Interpretation of results:
not classified
Remarks:
Migrated information Criteria used for interpretation of results: EU
Conclusions:
Under the experimental conditions, the dermal LD50 of the test item Peconal H was higher than 2000 mg/kg in rats.
According to the classification criteria laid down in Council Directive 67/548/EEC (and subsequent adaptations) on the approximation of the laws, regualtions and administrative provisions relating to the classification, packaging and labeling of dangerous substances, concerning the potential toxicity by dermal route, the test item Peconal H should not be classified.
According to the EC Regulation No. 1272/2008 and subsequent regulations, the test item is not classified.
Endpoint conclusion
Endpoint conclusion:
no adverse effect observed

Additional information

Justification for selection of acute toxicity – oral endpoint
Key study

Justification for selection of acute toxicity – inhalation endpoint
Key study

Justification for selection of acute toxicity – dermal endpoint
Key study

Justification for classification or non-classification

Acute oral toxicity

The reference Pelcot (2007) is considered as the key study for acute oral toxicity and will be used for classification:

LD50(female): >300 mg/kg bw and <=2000mg/kg bw

The classification criteria according to regulation (EC) 1272/2008 as acutely toxic category 4 are met since the ATE is above 300 mg/kg body-weight and <= 2,000 mg/kg body-weight. Cobalt(II) 4-oxopent-2-en-2-olate will be classified as acutely toxic category 4 (H302).

Acute inhalation toxicity

The reference Haferkorn (2011) is considered as the key study for acute inhalation toxicity and will be used for classification:

LC50 (male and female rats): > 5.09 mg/L air (analytical)

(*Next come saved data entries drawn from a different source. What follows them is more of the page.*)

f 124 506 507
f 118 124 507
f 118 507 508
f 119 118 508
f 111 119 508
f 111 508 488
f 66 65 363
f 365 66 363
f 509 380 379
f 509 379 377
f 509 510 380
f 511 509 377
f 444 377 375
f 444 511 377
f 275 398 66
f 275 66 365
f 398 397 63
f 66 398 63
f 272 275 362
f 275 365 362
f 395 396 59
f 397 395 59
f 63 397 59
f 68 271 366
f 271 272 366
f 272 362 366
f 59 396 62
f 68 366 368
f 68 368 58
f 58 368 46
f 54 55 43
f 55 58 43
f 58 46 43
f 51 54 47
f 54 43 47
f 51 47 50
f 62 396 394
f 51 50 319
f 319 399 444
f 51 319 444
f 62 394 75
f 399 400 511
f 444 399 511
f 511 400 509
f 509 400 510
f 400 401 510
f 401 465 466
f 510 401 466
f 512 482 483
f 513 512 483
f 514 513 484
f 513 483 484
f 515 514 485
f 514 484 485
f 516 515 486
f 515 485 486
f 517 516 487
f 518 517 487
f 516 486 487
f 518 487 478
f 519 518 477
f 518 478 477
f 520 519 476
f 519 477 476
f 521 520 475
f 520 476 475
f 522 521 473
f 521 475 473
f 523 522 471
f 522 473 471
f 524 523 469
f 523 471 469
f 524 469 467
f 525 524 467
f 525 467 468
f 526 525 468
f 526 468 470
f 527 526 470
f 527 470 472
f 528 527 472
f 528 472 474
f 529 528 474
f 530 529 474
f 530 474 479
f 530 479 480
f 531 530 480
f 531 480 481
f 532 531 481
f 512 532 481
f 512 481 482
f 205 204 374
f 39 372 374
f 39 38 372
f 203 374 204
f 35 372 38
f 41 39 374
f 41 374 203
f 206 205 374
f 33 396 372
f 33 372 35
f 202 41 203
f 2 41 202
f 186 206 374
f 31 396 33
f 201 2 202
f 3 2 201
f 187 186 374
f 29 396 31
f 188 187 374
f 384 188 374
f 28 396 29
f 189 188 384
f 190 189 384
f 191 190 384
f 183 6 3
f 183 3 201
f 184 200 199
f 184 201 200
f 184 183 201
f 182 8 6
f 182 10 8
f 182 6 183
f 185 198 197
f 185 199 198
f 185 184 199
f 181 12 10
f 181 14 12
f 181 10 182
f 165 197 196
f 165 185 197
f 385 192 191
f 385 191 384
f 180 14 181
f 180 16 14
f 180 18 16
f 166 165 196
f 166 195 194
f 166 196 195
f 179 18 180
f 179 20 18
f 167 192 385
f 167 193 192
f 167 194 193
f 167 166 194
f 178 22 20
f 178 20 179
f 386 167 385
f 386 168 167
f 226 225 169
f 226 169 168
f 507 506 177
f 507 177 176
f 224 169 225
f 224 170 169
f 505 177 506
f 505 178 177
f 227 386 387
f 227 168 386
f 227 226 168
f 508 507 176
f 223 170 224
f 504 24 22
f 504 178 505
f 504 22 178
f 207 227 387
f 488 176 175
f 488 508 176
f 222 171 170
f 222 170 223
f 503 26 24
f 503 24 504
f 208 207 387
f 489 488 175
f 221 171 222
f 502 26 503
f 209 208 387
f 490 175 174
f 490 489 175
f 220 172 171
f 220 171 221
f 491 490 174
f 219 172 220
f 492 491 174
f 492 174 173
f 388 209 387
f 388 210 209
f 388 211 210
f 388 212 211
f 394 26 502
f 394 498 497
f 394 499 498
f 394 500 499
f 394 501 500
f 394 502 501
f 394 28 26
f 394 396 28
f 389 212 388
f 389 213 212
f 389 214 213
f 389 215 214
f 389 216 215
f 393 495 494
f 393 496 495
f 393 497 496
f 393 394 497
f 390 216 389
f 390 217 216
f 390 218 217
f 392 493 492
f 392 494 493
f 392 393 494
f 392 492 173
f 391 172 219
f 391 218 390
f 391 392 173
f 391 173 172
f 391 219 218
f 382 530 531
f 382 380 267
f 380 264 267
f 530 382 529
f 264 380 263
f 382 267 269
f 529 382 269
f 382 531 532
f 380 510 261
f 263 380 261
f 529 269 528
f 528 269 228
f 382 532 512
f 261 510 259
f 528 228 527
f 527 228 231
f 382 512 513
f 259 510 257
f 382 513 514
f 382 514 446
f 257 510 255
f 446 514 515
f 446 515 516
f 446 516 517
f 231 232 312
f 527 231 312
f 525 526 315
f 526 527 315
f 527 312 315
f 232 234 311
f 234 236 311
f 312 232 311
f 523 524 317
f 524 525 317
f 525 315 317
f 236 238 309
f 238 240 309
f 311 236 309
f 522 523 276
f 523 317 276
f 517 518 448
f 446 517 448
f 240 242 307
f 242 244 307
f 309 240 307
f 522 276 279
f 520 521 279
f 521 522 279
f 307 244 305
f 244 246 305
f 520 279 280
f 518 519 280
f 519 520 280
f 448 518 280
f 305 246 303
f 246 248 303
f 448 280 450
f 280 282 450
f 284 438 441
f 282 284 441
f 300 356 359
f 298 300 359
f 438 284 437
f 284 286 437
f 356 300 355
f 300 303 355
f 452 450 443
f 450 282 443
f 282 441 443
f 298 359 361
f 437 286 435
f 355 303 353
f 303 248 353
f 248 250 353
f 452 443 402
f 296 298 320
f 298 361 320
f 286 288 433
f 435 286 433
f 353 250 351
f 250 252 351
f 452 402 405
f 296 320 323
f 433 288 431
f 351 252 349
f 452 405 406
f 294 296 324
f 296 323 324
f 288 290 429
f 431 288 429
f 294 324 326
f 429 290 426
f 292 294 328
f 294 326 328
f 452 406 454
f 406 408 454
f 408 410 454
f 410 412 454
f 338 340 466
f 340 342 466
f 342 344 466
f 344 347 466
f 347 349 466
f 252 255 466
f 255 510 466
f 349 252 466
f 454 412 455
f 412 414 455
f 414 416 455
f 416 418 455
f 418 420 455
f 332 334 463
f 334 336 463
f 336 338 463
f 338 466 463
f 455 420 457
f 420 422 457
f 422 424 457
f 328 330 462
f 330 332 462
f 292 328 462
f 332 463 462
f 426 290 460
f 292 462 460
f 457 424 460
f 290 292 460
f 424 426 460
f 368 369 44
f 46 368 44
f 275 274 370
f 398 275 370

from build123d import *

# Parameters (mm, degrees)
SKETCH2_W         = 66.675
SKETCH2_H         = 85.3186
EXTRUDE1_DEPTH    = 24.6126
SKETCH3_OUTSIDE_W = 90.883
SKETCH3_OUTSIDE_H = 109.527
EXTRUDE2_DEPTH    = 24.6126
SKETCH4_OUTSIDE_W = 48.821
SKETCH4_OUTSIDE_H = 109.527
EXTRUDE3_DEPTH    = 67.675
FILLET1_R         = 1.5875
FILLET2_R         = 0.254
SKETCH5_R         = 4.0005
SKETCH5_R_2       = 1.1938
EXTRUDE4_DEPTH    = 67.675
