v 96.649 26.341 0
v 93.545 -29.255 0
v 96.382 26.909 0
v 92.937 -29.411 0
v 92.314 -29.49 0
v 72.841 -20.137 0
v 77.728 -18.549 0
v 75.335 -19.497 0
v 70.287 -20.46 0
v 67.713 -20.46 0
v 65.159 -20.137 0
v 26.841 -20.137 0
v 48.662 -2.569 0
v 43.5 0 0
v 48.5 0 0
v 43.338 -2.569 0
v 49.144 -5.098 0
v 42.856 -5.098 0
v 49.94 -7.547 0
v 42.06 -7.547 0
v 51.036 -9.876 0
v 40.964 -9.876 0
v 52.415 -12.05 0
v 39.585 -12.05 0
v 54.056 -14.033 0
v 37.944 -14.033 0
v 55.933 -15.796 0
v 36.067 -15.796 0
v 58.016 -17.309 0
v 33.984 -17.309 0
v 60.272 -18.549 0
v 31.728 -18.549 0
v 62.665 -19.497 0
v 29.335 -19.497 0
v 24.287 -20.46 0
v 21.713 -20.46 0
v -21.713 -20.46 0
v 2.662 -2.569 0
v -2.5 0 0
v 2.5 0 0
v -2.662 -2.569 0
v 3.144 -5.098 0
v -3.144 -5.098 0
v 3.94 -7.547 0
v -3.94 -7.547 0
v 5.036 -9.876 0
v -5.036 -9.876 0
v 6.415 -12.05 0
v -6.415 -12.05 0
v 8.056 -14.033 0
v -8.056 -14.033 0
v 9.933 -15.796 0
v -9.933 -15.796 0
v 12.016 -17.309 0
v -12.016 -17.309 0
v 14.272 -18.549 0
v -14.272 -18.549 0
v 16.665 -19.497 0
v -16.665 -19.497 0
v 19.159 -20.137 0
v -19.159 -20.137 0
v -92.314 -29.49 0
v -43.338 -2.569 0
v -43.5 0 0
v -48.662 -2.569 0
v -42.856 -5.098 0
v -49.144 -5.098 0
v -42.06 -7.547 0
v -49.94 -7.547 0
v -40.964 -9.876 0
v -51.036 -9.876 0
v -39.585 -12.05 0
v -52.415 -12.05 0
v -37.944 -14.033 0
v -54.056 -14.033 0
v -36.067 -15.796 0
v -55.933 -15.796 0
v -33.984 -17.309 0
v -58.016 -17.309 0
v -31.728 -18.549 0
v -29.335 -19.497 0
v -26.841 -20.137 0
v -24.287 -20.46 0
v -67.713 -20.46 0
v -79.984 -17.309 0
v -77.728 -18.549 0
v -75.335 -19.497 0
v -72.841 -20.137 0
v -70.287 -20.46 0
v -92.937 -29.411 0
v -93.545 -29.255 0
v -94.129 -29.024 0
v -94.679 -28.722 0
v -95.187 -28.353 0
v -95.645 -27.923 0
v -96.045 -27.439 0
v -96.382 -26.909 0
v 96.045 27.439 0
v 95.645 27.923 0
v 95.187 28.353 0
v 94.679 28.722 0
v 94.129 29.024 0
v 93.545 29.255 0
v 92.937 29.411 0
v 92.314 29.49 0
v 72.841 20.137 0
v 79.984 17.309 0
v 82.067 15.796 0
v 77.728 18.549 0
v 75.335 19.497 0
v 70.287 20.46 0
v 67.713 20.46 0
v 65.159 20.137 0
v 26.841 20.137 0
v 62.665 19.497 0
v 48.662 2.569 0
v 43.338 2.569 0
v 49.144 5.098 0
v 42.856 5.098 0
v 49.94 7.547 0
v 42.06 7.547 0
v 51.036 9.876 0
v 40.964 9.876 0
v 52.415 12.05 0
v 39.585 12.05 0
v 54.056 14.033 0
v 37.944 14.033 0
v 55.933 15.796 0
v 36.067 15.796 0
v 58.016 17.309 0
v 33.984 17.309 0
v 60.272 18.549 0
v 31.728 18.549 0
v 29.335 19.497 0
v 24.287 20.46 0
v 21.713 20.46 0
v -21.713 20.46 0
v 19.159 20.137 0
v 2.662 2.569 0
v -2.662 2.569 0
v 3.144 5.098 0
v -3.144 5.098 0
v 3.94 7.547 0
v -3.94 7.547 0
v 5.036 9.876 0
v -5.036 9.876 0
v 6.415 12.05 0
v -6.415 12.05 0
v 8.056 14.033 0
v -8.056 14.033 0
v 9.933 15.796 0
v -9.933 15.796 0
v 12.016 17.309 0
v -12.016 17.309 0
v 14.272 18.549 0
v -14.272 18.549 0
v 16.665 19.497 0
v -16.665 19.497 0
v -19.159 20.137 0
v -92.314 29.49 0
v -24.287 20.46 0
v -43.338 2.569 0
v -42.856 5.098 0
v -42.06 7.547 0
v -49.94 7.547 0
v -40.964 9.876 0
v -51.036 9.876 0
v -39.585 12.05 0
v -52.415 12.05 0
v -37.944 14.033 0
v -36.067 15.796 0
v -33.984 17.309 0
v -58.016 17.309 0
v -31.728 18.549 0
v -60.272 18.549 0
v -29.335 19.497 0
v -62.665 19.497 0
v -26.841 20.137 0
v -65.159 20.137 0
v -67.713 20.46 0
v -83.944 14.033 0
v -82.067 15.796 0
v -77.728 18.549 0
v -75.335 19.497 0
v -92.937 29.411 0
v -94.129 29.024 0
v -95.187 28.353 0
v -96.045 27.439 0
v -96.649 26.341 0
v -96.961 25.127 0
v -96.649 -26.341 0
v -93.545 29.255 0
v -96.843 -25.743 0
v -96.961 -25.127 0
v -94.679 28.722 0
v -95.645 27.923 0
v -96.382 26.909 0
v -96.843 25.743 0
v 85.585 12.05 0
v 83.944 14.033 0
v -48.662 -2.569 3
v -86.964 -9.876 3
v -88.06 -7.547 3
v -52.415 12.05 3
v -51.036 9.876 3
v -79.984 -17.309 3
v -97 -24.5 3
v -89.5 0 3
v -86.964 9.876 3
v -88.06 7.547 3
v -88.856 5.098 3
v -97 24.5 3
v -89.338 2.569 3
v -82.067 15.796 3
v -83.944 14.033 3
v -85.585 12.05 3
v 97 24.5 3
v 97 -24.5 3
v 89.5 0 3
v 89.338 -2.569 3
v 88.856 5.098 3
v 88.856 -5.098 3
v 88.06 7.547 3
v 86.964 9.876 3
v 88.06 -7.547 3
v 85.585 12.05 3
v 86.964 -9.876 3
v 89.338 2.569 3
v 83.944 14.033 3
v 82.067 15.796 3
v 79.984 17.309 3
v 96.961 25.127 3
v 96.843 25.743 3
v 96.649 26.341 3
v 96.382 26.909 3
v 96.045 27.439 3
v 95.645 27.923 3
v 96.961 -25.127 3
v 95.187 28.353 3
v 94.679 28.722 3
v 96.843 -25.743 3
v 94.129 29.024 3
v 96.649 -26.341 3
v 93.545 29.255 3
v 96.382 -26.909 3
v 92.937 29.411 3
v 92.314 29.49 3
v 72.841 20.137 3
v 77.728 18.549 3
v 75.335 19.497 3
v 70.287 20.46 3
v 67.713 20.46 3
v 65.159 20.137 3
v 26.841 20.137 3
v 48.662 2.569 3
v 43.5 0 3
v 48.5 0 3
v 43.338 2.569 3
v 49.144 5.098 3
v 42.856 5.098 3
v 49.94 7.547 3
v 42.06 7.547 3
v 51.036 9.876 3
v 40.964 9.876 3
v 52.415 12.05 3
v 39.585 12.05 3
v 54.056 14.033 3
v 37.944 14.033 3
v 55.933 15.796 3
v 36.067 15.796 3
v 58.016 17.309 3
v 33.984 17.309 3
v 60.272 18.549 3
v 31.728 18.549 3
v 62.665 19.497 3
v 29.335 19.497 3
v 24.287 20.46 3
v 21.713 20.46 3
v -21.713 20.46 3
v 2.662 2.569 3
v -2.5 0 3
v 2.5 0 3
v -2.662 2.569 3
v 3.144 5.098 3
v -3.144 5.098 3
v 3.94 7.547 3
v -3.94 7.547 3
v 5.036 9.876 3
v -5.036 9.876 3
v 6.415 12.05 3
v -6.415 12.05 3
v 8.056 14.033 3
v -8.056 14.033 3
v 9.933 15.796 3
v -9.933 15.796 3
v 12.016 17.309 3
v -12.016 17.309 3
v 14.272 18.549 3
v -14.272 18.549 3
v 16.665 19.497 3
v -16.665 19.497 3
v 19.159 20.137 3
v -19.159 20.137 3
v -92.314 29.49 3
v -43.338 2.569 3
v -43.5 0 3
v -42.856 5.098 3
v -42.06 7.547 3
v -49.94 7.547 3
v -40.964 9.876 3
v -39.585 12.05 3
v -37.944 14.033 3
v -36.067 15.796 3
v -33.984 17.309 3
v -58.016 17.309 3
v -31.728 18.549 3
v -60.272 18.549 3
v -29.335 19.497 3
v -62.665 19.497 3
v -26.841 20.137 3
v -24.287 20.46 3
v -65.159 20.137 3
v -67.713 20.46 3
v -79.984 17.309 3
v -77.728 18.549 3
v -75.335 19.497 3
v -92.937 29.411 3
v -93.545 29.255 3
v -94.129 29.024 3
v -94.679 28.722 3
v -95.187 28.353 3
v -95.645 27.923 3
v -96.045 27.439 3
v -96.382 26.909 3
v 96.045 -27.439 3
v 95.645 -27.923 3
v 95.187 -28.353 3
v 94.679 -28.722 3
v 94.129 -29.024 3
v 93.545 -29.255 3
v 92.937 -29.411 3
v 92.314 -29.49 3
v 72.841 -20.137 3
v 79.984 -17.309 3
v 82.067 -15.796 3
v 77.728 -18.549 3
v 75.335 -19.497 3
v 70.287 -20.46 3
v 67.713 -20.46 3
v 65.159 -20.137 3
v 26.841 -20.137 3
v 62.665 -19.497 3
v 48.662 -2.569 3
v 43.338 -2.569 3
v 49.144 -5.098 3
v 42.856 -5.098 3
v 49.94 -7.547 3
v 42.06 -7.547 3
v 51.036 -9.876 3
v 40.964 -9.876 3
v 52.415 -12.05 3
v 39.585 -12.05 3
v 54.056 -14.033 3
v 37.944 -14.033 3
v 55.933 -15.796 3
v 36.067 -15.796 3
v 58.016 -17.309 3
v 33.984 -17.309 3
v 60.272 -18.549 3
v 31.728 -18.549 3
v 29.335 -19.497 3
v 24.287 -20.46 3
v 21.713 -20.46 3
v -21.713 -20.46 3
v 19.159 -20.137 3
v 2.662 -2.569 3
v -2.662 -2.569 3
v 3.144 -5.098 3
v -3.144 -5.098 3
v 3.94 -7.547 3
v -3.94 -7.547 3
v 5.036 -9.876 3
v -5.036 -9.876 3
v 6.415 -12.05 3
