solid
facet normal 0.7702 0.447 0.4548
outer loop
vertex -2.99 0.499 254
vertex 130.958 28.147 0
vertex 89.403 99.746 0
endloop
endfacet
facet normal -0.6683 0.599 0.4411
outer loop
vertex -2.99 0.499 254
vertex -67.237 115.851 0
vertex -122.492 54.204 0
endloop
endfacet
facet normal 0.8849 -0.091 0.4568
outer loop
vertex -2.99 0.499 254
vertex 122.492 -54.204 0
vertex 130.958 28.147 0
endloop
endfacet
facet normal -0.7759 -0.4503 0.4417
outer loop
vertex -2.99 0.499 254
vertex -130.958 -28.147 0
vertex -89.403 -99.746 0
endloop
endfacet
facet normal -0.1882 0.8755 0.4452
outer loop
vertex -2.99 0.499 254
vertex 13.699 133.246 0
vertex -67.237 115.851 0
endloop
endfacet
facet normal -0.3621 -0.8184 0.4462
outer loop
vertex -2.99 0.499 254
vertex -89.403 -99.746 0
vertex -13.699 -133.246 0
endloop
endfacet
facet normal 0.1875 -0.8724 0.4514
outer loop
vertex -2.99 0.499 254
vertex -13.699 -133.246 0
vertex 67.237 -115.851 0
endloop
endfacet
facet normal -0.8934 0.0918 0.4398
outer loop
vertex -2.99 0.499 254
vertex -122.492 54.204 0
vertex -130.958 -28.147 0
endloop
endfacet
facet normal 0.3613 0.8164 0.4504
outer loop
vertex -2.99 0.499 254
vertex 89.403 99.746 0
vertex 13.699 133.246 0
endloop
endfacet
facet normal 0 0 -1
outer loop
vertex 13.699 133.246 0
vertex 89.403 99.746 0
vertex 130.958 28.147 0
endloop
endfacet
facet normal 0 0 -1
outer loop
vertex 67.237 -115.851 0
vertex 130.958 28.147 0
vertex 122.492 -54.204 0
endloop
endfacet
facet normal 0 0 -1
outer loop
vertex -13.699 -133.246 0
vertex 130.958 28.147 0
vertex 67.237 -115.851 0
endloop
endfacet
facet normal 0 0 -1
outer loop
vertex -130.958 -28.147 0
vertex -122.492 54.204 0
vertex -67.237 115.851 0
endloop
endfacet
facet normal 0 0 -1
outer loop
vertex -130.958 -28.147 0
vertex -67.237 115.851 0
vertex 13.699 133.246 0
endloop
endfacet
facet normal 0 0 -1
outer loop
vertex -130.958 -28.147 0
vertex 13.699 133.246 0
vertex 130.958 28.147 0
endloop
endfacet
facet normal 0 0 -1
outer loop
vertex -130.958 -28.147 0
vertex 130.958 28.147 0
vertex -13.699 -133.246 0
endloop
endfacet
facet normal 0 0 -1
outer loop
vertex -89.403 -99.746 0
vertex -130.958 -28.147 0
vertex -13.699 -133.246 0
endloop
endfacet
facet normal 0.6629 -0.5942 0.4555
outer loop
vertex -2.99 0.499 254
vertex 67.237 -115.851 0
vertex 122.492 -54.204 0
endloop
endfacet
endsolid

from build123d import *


with BuildPart() as f3:
    # F0 (on Top) → F3 section 0
    with BuildSketch(Plane.XY, mode=Mode.PRIVATE) as f3_s0:
        Polygon((13.699032, 133.246349), (-67.237489, 115.85065), (-122.491575, 54.20394), (-130.958042, -28.146832), (-89.402989, -99.746472), (-13.699032, -133.246349), (67.237489, -115.85065), (122.491575, -54.20394), (130.958042, 28.146832), (89.402989, 99.746472), align=None)
    loft([Vertex(-2.990126, 0.499404, 254), f3_s0.sketch])


solid = f3.part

The classification criteria according to regulation (EC) 1272/2008 as acutely toxic are not met since the ATE is above 5.0 mg/L, hence no classification required.

Acute dermal toxicity

The reference Pelcot (2007) is considered as the key study for acute dermal toxicity and will be used for classification. No mortalities occured during the conduct of the study.

The classification criteria according to regulation (EC) 1272/2008 as acutely toxic are not met since the ATE is above 2000 mg/kg body-weight, hence no classification required.